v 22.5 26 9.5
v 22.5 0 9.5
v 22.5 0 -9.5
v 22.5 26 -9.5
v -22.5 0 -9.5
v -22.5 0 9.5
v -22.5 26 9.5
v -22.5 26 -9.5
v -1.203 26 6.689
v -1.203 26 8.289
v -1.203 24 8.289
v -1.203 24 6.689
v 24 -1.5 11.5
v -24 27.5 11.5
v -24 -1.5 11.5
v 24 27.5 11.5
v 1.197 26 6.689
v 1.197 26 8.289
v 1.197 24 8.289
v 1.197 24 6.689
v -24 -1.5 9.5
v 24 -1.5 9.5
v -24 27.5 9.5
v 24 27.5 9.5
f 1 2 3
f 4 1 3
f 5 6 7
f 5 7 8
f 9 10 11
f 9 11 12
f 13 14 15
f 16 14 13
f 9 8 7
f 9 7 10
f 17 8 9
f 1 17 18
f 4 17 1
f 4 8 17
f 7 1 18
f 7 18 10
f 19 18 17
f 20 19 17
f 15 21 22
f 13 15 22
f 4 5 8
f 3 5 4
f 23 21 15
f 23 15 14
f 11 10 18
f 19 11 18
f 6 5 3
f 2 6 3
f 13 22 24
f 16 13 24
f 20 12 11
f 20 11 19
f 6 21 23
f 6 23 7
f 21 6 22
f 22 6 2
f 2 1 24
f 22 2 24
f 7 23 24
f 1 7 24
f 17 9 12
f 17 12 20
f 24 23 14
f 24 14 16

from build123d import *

# Parameters (mm, degrees)
SKETCH1_W           = 45
SKETCH1_H           = 19
BOSS_EXTRUDE1_DEPTH = 26
SKETCH2_W           = 48
SKETCH2_H           = 29
BOSS_EXTRUDE2_DEPTH = 2
SKETCH3_W           = 2.4
SKETCH3_H           = 1.6
CUT_EXTRUDE1_DEPTH  = 2


with BuildPart() as part:
    # Sketch1 → Boss-Extrude1 (new body)
    with BuildSketch(Plane(origin=(0, 0, 0), x_dir=(1, 0, 0), z_dir=(0, 1, 0))):
        Rectangle(SKETCH1_W, SKETCH1_H)
    extrude(amount=BOSS_EXTRUDE1_DEPTH)

    # Sketch2 → Boss-Extrude2 (add)
    with BuildSketch(Plane.XY.offset(9.5)):
        with Locations((0, 13)):
            Rectangle(SKETCH2_W, SKETCH2_H)
    extrude(amount=BOSS_EXTRUDE2_DEPTH)

    # Sketch3 → Cut-Extrude1 (cut)
    with BuildSketch(Plane(origin=(0, 26, 0), x_dir=(1, 0, 0), z_dir=(0, 1, 0))):
        with Locations((-0.003209451, -7.489007977)):
            Rectangle(SKETCH3_W, SKETCH3_H)
    extrude(amount=-CUT_EXTRUDE1_DEPTH, mode=Mode.SUBTRACT)


solid = part.part
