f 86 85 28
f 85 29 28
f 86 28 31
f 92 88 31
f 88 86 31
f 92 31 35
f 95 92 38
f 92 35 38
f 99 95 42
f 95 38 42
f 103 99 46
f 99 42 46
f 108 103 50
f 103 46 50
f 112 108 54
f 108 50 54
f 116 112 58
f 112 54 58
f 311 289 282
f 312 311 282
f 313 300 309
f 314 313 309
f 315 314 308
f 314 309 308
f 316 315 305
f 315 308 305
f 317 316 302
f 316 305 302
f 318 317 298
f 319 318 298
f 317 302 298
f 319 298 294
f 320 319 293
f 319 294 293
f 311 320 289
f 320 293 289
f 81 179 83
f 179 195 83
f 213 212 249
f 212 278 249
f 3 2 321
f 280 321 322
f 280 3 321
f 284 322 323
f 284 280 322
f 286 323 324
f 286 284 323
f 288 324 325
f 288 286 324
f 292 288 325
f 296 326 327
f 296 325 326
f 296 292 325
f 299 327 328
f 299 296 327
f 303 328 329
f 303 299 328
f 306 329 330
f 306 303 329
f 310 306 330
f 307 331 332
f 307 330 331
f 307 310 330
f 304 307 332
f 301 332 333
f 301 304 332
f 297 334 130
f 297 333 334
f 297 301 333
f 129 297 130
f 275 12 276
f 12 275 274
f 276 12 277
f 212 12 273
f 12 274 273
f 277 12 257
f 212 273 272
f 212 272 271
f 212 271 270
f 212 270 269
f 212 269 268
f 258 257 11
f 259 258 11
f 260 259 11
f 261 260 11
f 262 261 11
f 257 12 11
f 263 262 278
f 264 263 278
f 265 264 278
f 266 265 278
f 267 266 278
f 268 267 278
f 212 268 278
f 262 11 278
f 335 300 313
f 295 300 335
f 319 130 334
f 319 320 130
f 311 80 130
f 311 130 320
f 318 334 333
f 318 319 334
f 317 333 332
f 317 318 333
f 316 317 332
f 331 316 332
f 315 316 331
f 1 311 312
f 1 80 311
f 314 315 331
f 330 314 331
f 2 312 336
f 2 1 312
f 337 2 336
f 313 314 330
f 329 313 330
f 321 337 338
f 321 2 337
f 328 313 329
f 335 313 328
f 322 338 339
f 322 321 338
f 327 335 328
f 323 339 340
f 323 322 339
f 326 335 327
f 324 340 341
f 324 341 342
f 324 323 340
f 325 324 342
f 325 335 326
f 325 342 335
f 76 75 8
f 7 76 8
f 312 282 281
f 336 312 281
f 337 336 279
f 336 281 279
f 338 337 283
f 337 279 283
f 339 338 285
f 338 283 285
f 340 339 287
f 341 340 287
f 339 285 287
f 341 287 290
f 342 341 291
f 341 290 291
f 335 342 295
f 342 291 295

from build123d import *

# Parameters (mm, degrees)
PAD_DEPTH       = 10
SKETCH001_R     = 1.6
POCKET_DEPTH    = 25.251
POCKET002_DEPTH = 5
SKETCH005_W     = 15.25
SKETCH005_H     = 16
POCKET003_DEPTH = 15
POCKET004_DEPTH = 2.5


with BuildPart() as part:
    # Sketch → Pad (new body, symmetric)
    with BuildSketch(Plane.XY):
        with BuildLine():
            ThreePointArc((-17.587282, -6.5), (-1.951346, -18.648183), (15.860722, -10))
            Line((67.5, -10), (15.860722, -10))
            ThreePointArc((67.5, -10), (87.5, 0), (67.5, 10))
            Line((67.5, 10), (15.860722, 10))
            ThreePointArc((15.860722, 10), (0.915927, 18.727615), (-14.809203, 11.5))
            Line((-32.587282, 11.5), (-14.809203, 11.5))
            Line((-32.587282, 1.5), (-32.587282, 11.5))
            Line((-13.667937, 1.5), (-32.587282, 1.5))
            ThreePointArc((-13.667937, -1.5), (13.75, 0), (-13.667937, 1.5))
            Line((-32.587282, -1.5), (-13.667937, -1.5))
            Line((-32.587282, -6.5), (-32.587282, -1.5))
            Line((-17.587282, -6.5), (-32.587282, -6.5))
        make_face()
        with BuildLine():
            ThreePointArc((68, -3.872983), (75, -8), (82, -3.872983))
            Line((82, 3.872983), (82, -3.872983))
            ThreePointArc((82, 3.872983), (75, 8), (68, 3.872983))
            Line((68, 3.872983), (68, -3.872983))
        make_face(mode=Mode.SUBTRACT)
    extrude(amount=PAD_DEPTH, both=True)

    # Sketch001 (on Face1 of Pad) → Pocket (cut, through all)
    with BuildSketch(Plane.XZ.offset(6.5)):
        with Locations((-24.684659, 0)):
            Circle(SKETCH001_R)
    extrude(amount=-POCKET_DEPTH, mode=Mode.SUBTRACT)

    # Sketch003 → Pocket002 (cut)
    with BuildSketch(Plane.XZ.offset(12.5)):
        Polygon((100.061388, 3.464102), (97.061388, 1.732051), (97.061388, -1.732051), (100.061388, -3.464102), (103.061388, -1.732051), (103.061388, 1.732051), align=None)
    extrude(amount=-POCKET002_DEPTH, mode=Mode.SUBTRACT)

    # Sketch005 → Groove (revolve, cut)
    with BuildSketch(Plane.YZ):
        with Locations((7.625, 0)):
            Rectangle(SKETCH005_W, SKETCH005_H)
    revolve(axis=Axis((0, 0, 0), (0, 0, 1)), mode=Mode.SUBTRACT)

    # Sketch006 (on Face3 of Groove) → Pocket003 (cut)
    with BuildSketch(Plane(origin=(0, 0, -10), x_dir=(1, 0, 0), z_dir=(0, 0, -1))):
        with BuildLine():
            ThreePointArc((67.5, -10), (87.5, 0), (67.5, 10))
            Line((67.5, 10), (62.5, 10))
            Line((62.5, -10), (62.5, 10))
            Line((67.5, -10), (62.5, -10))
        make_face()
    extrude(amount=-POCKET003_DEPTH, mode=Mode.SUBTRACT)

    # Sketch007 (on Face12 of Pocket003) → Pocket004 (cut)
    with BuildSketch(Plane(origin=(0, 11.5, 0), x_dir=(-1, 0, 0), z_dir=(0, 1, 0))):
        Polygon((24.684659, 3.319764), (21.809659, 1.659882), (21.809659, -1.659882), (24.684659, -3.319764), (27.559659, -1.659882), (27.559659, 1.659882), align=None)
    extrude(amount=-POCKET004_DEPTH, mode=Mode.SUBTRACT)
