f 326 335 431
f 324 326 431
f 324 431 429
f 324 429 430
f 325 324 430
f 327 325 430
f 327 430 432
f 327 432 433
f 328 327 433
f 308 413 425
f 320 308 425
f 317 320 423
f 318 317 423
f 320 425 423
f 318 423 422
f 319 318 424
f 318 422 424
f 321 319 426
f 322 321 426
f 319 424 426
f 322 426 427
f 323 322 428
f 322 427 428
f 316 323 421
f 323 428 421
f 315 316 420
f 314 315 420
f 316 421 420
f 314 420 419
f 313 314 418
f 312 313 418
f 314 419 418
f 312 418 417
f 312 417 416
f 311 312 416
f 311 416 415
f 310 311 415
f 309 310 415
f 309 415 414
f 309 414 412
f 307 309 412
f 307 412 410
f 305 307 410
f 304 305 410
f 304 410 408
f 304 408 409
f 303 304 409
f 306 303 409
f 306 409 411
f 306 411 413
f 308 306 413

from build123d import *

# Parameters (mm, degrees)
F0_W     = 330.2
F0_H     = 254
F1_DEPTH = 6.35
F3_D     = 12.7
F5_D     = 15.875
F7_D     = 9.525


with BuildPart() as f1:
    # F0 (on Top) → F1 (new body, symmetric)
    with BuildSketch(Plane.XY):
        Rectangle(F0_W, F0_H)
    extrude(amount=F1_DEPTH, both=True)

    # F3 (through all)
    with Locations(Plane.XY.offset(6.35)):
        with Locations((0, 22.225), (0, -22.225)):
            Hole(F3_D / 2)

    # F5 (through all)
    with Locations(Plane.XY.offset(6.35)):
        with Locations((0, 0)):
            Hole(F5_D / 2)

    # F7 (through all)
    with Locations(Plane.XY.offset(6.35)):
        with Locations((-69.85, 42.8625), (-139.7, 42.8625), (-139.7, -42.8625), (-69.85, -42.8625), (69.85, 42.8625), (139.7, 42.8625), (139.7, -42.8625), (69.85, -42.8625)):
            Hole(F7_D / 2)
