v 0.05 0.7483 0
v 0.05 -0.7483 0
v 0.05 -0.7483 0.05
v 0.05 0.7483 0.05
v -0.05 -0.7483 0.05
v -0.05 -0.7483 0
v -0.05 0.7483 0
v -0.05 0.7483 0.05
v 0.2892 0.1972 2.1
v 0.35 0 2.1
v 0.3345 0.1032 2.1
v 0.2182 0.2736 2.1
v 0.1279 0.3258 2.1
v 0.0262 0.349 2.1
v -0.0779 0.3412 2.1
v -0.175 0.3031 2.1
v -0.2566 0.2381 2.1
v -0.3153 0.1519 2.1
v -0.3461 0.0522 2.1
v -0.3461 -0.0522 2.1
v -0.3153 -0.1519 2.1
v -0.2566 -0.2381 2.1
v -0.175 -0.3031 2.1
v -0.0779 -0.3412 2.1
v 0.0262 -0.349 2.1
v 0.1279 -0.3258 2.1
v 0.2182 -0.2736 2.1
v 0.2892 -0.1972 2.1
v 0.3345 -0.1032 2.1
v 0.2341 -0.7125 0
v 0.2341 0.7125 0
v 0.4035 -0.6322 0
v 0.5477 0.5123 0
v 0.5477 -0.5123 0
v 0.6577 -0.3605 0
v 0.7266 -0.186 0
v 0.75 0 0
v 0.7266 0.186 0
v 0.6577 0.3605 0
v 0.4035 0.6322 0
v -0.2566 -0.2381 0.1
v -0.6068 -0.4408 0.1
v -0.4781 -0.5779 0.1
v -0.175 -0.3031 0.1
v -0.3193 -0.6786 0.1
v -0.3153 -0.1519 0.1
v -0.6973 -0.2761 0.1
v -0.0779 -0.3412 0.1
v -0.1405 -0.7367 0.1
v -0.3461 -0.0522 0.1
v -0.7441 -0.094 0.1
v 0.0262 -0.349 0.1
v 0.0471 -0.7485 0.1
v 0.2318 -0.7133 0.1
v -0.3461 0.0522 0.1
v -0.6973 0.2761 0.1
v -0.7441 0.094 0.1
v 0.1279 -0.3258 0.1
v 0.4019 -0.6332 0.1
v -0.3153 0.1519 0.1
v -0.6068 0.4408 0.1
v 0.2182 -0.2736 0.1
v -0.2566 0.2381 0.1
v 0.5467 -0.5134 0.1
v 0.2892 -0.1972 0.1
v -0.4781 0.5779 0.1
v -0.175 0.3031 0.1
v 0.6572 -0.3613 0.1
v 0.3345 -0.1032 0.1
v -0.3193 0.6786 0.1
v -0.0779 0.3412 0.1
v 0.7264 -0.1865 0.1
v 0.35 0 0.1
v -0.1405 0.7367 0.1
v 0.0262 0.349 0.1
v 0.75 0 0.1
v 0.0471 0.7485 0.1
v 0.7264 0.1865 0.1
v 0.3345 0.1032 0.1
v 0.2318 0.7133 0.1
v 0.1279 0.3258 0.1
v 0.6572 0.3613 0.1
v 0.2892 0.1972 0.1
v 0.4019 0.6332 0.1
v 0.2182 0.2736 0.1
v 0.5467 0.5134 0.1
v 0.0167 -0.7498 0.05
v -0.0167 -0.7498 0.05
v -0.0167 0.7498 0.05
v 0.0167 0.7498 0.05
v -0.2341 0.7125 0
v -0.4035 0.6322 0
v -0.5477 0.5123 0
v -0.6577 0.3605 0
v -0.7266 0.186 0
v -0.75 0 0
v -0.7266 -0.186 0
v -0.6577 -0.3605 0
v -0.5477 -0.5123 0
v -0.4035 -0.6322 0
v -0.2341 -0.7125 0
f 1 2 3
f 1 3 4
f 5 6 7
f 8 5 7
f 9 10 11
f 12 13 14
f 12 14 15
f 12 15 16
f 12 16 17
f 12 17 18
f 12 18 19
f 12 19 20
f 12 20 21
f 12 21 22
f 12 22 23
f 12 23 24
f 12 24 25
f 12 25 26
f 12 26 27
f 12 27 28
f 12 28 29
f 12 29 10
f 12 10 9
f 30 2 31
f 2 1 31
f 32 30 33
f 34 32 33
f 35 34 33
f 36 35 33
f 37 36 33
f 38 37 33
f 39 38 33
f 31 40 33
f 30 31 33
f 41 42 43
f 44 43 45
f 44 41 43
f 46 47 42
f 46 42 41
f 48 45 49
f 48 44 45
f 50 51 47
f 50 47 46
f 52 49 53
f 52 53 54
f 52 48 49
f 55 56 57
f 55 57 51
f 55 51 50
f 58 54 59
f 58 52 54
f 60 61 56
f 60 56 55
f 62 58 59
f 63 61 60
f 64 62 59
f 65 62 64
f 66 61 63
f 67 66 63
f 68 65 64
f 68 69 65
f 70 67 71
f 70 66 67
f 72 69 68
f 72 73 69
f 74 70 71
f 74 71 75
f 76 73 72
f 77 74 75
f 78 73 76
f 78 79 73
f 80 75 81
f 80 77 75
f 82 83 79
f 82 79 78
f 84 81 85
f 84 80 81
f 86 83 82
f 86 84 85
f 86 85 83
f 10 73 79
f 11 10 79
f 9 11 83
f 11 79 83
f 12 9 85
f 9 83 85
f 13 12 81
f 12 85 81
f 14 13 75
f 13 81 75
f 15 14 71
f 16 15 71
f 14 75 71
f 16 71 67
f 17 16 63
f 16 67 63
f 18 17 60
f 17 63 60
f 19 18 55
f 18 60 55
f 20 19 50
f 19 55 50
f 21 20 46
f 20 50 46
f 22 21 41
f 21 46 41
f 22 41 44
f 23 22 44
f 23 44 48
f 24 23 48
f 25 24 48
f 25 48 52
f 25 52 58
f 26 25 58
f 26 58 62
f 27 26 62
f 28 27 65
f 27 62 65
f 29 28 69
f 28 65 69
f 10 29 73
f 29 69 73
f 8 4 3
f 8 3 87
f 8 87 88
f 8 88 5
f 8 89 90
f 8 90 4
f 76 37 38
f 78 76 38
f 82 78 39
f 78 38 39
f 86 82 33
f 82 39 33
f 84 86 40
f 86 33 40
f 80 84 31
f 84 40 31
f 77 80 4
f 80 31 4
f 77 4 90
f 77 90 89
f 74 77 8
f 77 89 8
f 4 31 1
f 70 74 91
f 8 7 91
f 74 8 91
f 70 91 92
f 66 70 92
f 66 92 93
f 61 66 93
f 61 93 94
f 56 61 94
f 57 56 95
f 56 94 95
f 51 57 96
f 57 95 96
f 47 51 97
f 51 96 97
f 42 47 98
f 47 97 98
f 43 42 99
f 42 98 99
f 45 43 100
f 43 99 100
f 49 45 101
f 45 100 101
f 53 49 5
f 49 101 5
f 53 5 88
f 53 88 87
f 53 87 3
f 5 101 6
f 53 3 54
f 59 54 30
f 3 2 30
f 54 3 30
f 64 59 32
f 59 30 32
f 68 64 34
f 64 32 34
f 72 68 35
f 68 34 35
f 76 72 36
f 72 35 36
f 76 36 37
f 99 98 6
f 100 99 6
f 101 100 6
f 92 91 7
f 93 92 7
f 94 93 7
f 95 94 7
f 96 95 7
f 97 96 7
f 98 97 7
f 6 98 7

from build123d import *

# Parameters (mm, degrees)
CROQUIS1_R              = 0.75
SALIENTE_EXTRUIR1_DEPTH = 0.1
CROQUIS2_R              = 0.35
SALIENTE_EXTRUIR2_DEPTH = 2
CROQUIS3_W              = 0.1
CROQUIS3_H              = 1.62143155
CORTAR_EXTRUIR1_DEPTH   = 0.05


with BuildPart() as part:
    # Croquis1 → Saliente-Extruir1 (new body)
    with BuildSketch(Plane.XY):
        Circle(CROQUIS1_R)
    extrude(amount=SALIENTE_EXTRUIR1_DEPTH)

    # Croquis2 → Saliente-Extruir2 (add)
    with BuildSketch(Plane.XY.offset(0.1)):
        Circle(CROQUIS2_R)
    extrude(amount=SALIENTE_EXTRUIR2_DEPTH)

    # Croquis3 → Cortar-Extruir1 (cut)
    with BuildSketch(Plane(origin=(0, 0, 0), x_dir=(-1, 0, 0), z_dir=(0, 0, -1))):
        Rectangle(CROQUIS3_W, CROQUIS3_H)
    extrude(amount=-CORTAR_EXTRUIR1_DEPTH, mode=Mode.SUBTRACT)


solid = part.part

GOAL OF THE EXERCISE
Some lines in the data above hold the string "both". Find and copy each of them.

ANSWER BOX
    extrude(amount=PAD_DEPTH, both=True)
    extrude(amount=F1_DEPTH, both=True)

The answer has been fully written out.